How Open/Free content and Open/Free software communities can help each other
How Open/Free content and Open/Free software communities can help each other.
Introduction
editThere are many communities each doing their own thing and doing it quite well, that could benefit a lot of cooperation. Many projects are not outward. Wiktionary, the dictionary is such a project. Wiktionary is a “one to many” dictionary; it aims to have all words in all languages with one language as its base. There are many such projects in several languages. All these projects have their communities and they do not benefit from each other’s work. Mistakes corrected in one project may still exist in another.
Ultimate Wiktionary
editTo alleviate this lack of cooperation, we are working on a project called “Ultimate Wiktionary”, this project is even more ambitious than the Wiktionary project because it will be an “any to any” dictionary; it aims to have all words in all languages and make it accessible with a user interface in all languages. The basis for this new project will be a genuine database.
The idea of Ultimate Wiktionary came into being out of the cooperation between two wiktionaries, the Italian and the Dutch. Sabine Cretella, a professional translator was really enthusiastic about opening the content for other purposes. TBX and LISA was one of her suggestions, GerardM came up Open Office and the Wiktionary mailing list mentioned .dict or RFC 2229. Thinking outside of our box proved quite interesting it expanded the implications of what we may be doing quite a bit.
We indicated over time several organizations and communities that we should cooperate with, they are:
- Sun Microsystems because of their Open Office org
- OmegaT, the best Free CAT tool around, and others (omega t+, ?)
- LISA because of TBX, TMX, and their expertise on localizations
- Lucene because of the Open Source language technology it incorporates.
This list does not exclude any organizations, because the secret of our success is the community. With the cooperation of more people and organizations we will be even more successful.
OpenOffice.org
editFor many users of computers, the most important tools are the “office” tools; word processor, spreadsheet, presentation tool, and ,in addition, databases. The great thing about OOo is that those who developing it are really active in the localization of its component tools. This localization enables the use of computers in the third world. “Give a man a net and he can eat tomorrow”. A word processor has a spellchecker. A spellchecker needs a list of correctly spelled words. These lists can become a major resource for the Ultimate Wiktionary. The people who collaborate on the localizations and the wordlists could help to enrich the content of the Ultimate Wiktionary.
For translators there are specialized tools to translate. OmegaT is software published under the GPL and like OOo it is platform independent. It can and does compete with proprietary tools; its ability to translate websites makes it very useful. One feature that needs improvement is the ability to build glossaries from within OmegaT itself. At this stage glossaries are tab delimited text files (for further info please see the OmegaT User Manual). Suppose that OmegaT could use the contents of the Ultimate Wiktionary, its content in return would quickly grow as more words are translated. A feedback mechanism for words with translations would be to the mutual benefit of Ultimate Wiktionary and OmegaT. The current (03 January 2006) version 1.6RC5 a very stable release candidate.
omega t+ is a translation tools suite. It includes omegat, a fork of OmegaT originally aimed at providing provides improved functionality and more cross-platform packages for installation for comparable versions. However, omegat has not been updated since it was forked, whereas the original OmegaT has been continuously improved. Amongst the other programs available is bitext2tmx, a program for manually aligning and converting old translations into TMX for use in translation memory capable applications. More applications are planned for addition to the suite.

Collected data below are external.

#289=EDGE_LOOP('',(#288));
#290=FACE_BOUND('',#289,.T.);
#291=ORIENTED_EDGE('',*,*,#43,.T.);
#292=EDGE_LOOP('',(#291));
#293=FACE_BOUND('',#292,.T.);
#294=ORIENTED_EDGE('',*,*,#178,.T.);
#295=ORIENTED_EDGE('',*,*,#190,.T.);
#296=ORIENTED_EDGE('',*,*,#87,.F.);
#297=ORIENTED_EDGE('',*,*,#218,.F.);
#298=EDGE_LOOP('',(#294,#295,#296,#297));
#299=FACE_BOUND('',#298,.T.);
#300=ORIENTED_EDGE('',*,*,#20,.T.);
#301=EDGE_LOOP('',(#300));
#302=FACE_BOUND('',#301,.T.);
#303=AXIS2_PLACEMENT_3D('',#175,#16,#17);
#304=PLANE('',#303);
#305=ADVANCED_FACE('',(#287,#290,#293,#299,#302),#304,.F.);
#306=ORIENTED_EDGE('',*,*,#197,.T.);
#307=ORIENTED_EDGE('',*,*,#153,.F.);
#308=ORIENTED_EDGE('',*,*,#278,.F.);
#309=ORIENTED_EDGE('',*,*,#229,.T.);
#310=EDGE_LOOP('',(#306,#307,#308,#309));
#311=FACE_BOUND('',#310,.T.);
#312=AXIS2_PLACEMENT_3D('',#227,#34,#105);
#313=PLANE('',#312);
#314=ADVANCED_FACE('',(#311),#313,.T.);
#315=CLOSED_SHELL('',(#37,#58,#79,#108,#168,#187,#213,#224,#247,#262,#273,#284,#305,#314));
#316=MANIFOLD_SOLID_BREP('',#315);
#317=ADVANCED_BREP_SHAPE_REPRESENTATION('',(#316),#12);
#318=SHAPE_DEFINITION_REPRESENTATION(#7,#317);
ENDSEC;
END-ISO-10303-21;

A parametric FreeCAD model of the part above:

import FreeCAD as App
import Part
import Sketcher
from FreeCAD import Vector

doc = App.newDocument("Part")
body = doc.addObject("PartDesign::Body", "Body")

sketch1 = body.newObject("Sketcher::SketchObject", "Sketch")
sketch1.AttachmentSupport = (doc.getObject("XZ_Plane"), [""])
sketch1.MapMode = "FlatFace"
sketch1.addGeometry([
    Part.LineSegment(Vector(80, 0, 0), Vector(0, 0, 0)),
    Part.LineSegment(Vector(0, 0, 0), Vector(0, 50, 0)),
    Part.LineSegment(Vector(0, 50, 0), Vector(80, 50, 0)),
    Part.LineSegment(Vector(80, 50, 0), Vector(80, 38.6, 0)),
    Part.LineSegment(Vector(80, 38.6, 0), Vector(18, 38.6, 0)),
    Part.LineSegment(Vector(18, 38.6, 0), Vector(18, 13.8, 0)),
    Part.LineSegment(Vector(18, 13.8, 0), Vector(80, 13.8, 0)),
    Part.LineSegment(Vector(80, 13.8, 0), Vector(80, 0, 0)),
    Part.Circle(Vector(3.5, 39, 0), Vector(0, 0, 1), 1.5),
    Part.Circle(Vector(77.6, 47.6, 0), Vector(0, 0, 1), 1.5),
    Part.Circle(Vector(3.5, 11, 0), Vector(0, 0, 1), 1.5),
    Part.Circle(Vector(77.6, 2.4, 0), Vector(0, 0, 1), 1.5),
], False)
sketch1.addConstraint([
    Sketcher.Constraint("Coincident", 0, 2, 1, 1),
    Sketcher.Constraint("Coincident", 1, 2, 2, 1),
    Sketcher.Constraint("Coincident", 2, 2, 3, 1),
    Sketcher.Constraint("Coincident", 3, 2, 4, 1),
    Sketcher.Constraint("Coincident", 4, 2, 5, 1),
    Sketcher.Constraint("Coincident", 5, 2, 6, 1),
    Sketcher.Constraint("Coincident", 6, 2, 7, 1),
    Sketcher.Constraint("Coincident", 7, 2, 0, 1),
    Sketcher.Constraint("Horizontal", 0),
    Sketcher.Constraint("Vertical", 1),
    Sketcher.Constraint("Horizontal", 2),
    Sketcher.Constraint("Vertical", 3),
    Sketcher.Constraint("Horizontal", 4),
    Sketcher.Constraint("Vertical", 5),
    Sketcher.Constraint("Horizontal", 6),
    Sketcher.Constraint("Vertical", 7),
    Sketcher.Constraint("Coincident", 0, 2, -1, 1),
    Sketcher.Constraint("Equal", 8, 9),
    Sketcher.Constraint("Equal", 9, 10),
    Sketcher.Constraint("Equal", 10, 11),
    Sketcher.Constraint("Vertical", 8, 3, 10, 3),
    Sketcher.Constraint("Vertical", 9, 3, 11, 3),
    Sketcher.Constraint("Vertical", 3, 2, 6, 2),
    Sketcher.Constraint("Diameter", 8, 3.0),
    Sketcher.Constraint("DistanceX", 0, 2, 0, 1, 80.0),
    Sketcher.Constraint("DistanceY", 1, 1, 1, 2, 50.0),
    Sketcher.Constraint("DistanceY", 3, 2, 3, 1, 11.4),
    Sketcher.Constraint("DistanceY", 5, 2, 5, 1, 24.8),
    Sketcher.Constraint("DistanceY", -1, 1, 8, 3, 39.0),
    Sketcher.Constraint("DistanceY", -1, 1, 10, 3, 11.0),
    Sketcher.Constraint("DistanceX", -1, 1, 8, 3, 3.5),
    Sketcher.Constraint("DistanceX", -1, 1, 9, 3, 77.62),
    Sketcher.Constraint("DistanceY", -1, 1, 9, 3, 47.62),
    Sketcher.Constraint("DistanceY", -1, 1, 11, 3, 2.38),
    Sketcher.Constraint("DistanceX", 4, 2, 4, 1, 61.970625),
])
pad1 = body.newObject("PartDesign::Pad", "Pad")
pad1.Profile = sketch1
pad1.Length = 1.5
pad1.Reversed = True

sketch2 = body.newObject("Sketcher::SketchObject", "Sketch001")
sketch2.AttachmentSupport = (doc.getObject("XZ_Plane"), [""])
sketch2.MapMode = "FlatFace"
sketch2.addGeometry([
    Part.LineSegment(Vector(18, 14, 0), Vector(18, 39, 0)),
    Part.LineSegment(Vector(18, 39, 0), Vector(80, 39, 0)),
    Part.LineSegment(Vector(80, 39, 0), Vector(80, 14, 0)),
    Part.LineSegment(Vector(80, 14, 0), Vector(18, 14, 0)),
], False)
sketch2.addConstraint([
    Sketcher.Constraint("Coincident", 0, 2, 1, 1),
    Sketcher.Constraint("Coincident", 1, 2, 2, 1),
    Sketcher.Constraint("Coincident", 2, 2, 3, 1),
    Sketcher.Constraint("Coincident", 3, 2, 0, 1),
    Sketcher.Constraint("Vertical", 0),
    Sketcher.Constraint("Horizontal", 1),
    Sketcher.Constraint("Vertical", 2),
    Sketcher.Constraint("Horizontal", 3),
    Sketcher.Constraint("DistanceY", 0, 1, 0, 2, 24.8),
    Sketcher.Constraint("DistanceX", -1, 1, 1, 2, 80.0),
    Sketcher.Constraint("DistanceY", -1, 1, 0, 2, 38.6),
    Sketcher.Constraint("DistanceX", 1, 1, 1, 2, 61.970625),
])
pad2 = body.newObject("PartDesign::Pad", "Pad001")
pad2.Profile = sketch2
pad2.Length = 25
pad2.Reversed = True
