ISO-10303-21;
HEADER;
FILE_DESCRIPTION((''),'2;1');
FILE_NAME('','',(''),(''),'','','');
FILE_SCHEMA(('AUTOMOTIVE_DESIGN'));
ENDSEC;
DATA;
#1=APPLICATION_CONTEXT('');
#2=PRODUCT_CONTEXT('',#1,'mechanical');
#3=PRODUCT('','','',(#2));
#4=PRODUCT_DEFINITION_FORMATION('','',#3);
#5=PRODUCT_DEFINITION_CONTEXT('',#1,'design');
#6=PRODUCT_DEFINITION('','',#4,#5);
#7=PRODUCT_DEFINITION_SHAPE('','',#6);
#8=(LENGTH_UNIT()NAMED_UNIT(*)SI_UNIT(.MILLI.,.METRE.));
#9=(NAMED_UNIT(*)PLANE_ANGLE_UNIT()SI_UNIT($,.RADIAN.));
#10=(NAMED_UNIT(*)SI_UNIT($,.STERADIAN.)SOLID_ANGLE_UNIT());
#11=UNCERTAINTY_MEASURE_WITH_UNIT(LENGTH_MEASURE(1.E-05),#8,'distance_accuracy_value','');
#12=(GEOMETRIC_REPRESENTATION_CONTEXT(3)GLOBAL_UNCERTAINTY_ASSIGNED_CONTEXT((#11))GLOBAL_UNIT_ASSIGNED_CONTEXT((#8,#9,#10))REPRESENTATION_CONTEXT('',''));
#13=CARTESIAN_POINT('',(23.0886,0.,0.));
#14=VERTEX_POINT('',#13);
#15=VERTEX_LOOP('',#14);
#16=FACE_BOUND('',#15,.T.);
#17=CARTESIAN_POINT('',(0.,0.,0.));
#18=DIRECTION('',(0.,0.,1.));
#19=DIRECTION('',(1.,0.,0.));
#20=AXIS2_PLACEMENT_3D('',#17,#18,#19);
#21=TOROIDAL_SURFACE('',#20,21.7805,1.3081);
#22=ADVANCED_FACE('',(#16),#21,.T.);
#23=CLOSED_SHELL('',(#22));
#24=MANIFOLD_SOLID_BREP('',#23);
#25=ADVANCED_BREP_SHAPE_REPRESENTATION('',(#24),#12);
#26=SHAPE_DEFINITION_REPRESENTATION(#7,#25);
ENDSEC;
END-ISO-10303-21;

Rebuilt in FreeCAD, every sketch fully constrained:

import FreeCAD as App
import Part
import Sketcher
Q = App.Units.Quantity

doc = App.newDocument("Part")
body = doc.addObject("PartDesign::Body", "Body")

sketch1 = body.newObject("Sketcher::SketchObject", "Sketch")
sketch1.AttachmentSupport = (doc.getObject("YZ_Plane"), [""])
sketch1.MapMode = "FlatFace"
sketch1.addGeometry(Part.Circle(App.Vector(-21.7805, 0, 0), App.Vector(0, 0, 1), 1.3081), False)
sketch1.addConstraint([
    Sketcher.Constraint("PointOnObject", 0, 3, -1),
    Sketcher.Constraint("Diameter", 0, Q("0.103 in")),
    Sketcher.Constraint("DistanceX", 0, 3, -1, 1, Q("0.8575 in")),
])
revolution = body.newObject("PartDesign::Revolution", "Revolution")
revolution.Profile = sketch1
revolution.ReferenceAxis = (sketch1, ["V_Axis"])
revolution.Angle = 360

doc.recompute()
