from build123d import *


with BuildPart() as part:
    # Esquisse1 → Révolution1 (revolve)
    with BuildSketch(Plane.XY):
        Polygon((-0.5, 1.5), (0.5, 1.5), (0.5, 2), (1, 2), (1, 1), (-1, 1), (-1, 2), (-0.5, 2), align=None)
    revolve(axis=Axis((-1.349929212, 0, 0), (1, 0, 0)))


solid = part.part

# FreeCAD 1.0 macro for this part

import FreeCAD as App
import Part
import Sketcher
Q = App.Units.Quantity


def add_polygon(sketch, points):
    """Adds a closed chain of lines whose ends are joined by coincident constraints."""
    first, n = sketch.GeometryCount, len(points)
    for a, b in zip(points, points[1:] + points[:1]):
        sketch.addGeometry(Part.LineSegment(App.Vector(*a, 0), App.Vector(*b, 0)), False)
    for i in range(n):
        sketch.addConstraint(Sketcher.Constraint("Coincident", first + i, 2, first + (i + 1) % n, 1))

doc = App.newDocument("Part")
params = doc.addObject("Spreadsheet::Sheet", "Params")
for row, (alias, value) in enumerate([
    ("sketch1_width", "1 mm"),
    ("sketch1_width2", "2 mm"),
    ("revolution_angle", "360 deg"),
], start=1):
    params.set(f"A{row}", alias)
    params.set(f"B{row}", "=" + value)
    params.setAlias(f"B{row}", alias)

body = doc.addObject("PartDesign::Body", "Body")

# Sketch on XY plane
sketch1 = doc.addObject("Sketcher::SketchObject", "Sketch")
body.addObject(sketch1)
sketch1.AttachmentSupport = (doc.XY_Plane, [""])
sketch1.MapMode = "FlatFace"
add_polygon(sketch1, [(0.5, 1.5), (-0.5, 1.5), (-0.5, 2), (-1, 2), (-1, 1), (1, 1), (1, 2), (0.5, 2)])  # lines 0-7
sketch1.addConstraint([
    Sketcher.Constraint("Horizontal", 0),
    Sketcher.Constraint("Vertical", 1),
    Sketcher.Constraint("Horizontal", 2),
    Sketcher.Constraint("Vertical", 3),
    Sketcher.Constraint("Horizontal", 4),
    Sketcher.Constraint("Vertical", 5),
    Sketcher.Constraint("Horizontal", 6),
    Sketcher.Constraint("Vertical", 7),
    Sketcher.Constraint("Symmetric", 2, 2, 5, 2, -2),
    Sketcher.Constraint("Equal", 2, 6),
    Sketcher.Constraint("Equal", 6, 1),
    Sketcher.Constraint("Equal", 0, 3),
    Sketcher.Constraint("DistanceX", 0, 2, 0, 1, Q("1 mm")),
    Sketcher.Constraint("DistanceX", 4, 1, 4, 2, Q("2 mm")),
    Sketcher.Constraint("DistanceY", -1, 1, 1, 2, Q("2 mm")),
])
sketch1.setExpression("Constraints[20]", "Params.sketch1_width")
sketch1.setExpression("Constraints[21]", "Params.sketch1_width2")
revolution = doc.addObject("PartDesign::Revolution", "Revolution")
body.addObject(revolution)
revolution.Profile = sketch1
revolution.ReferenceAxis = (sketch1, ["H_Axis"])
revolution.setExpression("Angle", "Params.revolution_angle")

doc.recompute()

The “Localization Industry Standards Association” or LISA is the organisation that publishes TBX, TMX, and a few other standards. TBX or “TermBase eXchange” is an open standard for the exchange of terminological data. TMX (Translation Memory eXchange) is the standard for the exchange of translation data. When Ultimate Wiktionary is able to talk the standard open formats, translators in free and open software like OmegaT can use it. Having both open standards, open software and open content ensures that there is little that can stop the fulfillment of open communications.
Lucene
editThe community that is behind the Lucene search engine has produced a significant amount of language related technology that could lend functionality to translation software or Ultimate Wiktionary. An Ultimate Wiktionary that rapidly increases in size will be of increasing academic interest because research is hampered by the availability of free content wordlists of sufficient size.